• Recorded data:
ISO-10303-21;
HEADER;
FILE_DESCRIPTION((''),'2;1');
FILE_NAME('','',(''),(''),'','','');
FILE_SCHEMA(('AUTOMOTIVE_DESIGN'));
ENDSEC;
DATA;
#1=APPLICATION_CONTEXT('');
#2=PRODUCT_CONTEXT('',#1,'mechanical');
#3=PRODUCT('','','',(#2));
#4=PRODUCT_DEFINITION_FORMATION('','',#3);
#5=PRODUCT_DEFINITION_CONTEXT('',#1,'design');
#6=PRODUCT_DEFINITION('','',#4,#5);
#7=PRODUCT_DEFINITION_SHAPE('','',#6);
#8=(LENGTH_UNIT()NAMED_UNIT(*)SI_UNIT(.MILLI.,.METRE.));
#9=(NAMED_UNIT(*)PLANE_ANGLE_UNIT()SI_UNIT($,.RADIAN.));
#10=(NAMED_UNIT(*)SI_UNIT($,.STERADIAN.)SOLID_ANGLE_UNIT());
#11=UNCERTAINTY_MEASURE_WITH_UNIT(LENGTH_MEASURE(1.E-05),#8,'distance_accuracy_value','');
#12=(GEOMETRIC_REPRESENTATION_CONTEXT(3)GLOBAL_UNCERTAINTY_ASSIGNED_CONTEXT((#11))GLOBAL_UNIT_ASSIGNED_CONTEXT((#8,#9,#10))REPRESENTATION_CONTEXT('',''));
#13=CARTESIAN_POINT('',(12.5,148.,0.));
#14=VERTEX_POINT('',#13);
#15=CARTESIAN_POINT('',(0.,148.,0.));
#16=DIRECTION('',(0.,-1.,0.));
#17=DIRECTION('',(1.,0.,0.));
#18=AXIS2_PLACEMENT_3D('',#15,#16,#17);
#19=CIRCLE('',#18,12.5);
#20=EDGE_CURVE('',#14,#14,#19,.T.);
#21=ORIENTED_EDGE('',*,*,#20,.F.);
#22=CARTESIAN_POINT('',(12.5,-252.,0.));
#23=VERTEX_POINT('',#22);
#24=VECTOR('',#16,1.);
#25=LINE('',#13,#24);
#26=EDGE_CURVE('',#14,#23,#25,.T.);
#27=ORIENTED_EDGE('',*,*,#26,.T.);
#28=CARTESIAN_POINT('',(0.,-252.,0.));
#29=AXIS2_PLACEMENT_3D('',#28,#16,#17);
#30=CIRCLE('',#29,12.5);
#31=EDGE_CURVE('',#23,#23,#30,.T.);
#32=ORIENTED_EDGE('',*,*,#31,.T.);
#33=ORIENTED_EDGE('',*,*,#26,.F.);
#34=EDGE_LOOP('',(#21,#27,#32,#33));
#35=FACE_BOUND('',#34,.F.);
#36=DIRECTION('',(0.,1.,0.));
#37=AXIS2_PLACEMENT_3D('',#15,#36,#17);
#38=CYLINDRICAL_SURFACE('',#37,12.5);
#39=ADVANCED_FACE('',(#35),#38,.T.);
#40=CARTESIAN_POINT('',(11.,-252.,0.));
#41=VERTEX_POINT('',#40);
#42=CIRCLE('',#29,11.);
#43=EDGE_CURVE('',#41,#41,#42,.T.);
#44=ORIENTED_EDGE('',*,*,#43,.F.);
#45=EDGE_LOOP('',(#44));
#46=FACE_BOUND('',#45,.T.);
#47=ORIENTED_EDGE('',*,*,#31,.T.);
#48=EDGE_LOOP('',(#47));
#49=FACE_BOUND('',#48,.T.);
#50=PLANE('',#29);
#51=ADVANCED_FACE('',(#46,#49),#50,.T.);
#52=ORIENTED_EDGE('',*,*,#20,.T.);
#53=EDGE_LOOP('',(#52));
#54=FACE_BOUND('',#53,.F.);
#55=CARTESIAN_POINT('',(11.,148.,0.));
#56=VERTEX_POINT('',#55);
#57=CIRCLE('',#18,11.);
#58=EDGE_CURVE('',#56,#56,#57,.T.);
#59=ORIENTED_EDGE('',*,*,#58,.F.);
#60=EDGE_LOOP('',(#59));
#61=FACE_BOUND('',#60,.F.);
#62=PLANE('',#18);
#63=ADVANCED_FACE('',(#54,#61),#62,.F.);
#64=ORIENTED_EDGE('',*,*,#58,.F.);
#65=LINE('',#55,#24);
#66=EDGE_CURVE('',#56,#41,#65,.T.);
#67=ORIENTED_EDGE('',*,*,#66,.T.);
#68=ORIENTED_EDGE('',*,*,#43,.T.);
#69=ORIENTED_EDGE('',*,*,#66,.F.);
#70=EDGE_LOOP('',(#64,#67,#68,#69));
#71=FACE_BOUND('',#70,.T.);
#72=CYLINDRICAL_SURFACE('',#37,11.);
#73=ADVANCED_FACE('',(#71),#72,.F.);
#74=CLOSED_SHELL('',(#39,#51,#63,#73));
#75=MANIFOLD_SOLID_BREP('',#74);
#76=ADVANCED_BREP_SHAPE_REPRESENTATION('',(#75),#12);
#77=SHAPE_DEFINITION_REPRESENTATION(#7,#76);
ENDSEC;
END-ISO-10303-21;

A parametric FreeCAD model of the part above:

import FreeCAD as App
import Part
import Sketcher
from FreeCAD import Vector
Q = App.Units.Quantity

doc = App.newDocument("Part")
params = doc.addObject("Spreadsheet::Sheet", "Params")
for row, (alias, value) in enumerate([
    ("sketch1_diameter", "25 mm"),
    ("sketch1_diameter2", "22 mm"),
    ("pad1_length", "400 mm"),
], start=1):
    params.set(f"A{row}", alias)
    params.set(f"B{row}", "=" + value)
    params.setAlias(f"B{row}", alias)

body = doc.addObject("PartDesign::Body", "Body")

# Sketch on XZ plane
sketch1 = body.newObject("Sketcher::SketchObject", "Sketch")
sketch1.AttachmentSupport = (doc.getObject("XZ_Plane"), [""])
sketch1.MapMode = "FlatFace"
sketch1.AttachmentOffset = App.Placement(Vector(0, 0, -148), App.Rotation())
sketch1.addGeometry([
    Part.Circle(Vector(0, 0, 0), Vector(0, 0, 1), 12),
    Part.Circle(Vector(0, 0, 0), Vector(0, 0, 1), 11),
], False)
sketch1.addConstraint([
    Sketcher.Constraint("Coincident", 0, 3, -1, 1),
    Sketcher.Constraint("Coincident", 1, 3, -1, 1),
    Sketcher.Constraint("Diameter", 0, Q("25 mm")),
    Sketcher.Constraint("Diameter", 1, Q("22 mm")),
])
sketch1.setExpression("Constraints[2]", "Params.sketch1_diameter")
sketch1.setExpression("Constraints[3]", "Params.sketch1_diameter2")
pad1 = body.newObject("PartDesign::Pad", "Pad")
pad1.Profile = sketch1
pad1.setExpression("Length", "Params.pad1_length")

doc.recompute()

• Problem statement:
Extract all lines from the data in which "DIRECTION" is found.

• Response for this exercise:
#16=DIRECTION('',(0.,-1.,0.));
#17=DIRECTION('',(1.,0.,0.));
#36=DIRECTION('',(0.,1.,0.));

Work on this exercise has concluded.